CD96 participates in a variety of immune responses, controls immune cell infiltration, and affects the malignant characteristics of various cancer types, so it is a potential biomarker to determine patient prognosis and immune infiltration26. But it has not been reported in sepsis. It has been reported that SAMD3 is specifically expressed on NK cells and memory CD8 T cells during viral infection27. This is similar to our results. Our results suggest that CD96 and SAMD3 were located on T cells and down-regulated in sepsis group, which were positively correlated with survival rate. It is speculated that their function is helpful to the prognosis of sepsis patients.
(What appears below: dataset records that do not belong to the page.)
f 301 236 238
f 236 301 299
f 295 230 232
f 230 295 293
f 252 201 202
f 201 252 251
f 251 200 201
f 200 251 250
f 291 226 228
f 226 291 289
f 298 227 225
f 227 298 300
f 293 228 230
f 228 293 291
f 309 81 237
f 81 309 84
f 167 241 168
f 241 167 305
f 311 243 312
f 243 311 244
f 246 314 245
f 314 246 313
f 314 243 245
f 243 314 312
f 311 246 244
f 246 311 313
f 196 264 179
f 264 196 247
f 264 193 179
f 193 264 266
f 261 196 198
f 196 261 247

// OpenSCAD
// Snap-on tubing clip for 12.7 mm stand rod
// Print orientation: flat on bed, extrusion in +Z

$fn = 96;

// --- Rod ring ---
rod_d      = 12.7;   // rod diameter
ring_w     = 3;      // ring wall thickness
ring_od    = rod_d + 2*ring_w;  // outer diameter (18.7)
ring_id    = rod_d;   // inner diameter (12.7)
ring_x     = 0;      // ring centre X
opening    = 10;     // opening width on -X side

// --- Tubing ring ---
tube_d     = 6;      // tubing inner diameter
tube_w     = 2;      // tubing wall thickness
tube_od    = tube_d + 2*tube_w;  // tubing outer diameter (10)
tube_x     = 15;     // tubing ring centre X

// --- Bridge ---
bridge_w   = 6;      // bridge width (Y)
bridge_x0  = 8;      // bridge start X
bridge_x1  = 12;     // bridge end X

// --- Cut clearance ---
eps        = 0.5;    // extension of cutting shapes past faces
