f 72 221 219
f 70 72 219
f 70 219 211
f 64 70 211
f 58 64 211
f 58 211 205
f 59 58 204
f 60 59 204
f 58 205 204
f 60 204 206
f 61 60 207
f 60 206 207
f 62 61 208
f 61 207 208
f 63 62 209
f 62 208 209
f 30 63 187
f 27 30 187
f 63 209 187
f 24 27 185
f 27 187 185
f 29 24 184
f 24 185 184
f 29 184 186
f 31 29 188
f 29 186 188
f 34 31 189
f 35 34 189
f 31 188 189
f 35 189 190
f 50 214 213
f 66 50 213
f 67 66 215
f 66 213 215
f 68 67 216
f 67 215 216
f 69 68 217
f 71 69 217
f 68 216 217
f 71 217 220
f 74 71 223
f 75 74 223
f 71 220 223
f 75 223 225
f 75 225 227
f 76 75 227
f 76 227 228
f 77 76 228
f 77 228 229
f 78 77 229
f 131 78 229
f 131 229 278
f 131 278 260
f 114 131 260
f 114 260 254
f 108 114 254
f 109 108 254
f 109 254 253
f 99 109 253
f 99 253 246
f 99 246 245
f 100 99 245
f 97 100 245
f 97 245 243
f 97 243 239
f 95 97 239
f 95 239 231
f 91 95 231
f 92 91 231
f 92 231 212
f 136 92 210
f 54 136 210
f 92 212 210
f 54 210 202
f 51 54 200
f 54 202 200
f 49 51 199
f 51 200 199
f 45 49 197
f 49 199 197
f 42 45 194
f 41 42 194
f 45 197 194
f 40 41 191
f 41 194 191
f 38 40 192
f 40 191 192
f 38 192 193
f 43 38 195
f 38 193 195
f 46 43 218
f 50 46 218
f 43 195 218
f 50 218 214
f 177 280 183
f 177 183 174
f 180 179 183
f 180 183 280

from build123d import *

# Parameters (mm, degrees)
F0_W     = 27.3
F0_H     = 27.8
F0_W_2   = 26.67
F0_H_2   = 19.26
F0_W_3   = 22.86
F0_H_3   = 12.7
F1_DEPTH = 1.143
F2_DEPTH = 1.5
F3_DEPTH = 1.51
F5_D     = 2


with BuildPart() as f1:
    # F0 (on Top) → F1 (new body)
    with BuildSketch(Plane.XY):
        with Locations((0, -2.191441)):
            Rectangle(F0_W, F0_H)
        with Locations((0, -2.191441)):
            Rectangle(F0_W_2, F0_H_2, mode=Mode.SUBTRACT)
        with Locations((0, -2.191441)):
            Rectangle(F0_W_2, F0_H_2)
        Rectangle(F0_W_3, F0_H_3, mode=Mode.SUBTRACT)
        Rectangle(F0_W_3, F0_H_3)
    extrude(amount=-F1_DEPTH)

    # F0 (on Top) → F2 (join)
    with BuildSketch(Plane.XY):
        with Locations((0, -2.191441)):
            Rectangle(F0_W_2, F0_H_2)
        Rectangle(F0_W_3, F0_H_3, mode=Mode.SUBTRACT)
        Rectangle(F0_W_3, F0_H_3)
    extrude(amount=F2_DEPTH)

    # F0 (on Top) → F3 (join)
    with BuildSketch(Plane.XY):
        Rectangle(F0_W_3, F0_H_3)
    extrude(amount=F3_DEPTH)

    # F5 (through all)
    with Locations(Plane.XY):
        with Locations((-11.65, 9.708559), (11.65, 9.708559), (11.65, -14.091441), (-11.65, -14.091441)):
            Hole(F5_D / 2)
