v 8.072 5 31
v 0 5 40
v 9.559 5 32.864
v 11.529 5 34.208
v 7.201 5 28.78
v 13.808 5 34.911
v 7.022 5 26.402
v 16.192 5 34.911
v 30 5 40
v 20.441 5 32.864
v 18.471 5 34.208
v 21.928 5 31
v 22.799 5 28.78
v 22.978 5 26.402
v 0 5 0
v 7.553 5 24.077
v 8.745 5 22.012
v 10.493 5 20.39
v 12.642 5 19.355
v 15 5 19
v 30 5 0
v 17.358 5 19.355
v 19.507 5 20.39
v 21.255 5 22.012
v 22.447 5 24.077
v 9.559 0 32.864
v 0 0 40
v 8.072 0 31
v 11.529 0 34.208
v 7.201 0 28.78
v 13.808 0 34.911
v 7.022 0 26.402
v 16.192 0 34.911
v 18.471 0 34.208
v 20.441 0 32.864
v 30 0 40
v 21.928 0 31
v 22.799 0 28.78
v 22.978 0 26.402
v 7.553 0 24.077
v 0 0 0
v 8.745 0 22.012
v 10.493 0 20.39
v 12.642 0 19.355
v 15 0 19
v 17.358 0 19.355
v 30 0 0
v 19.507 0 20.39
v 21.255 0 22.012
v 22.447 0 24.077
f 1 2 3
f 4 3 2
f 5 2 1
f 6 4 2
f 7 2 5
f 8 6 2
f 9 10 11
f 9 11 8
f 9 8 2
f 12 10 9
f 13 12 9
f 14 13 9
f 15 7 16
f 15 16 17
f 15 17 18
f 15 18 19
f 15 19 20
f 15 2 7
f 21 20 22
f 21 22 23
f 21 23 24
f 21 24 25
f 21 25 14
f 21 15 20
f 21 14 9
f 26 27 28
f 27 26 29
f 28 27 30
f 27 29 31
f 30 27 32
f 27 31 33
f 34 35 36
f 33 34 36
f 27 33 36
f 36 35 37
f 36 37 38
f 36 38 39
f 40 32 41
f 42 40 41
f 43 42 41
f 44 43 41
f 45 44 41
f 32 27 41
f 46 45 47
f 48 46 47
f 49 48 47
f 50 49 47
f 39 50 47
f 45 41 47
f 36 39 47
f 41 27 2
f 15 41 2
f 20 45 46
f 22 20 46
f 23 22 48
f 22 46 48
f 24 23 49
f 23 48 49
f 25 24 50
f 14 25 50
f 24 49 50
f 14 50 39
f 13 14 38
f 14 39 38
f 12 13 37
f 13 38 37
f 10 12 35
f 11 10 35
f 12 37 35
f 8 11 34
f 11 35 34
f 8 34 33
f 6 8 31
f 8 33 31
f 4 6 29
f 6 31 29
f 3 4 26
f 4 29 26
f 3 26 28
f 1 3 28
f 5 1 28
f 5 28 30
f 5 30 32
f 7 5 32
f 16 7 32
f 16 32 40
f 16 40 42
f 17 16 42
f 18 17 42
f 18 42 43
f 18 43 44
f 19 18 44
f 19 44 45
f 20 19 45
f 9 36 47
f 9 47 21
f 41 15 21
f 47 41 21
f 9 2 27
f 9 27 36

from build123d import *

# Parameters (mm, degrees)
ESQUISSE1_W             = 30
ESQUISSE1_H             = 5
BOSS_EXTRU_1_DEPTH      = 40
ESQUISSE2_R             = 8
ENL_V_MAT_EXTRU_1_DEPTH = 51.249378106


with BuildPart() as part:
    # Esquisse1 → Boss.-Extru.1 (new body)
    with BuildSketch(Plane.XY):
        with Locations((15, 2.5)):
            Rectangle(ESQUISSE1_W, ESQUISSE1_H)
    extrude(amount=BOSS_EXTRU_1_DEPTH)

    # Esquisse2 → Enlèv. mat.-Extru.1 (cut, through all)
    with BuildSketch(Plane.XZ):
        with Locations(Location((15, 27, 0), (0, 0, 270))):
            Circle(ESQUISSE2_R)
    extrude(amount=-ENL_V_MAT_EXTRU_1_DEPTH, mode=Mode.SUBTRACT)


solid = part.part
MAFG is located in single cells and upregulated in sepsis in current study, showing a negative correlation with patient survival, suggesting that MAFG is a pathogenic gene and a potential intervention target.The researchers identified astrocytes in EAE and multiple sclerosis, which are increased MAFG expression, MAFG and MAT2 α Synergistically promote DNA methylation and inhibit antioxidant and anti-inflammatory transcriptional programs28. This article further validates our results and provides the mechanism of action.

In this study, we integrated RNA-seq analysis of peripheral blood, 10 × single-cell sequencing technology, and sequencing of mouse peripheral blood, together with target screening closely relevant to clinical characteristics by analyzing sepsis survival data to dimensional explore the expression profile of key targets. These efforts provide important clues for further functional and mechanistic studies. There are some shortcomings in the present study. For instance, the current work is an observational study of sepsis without advanced functional verification of target genes.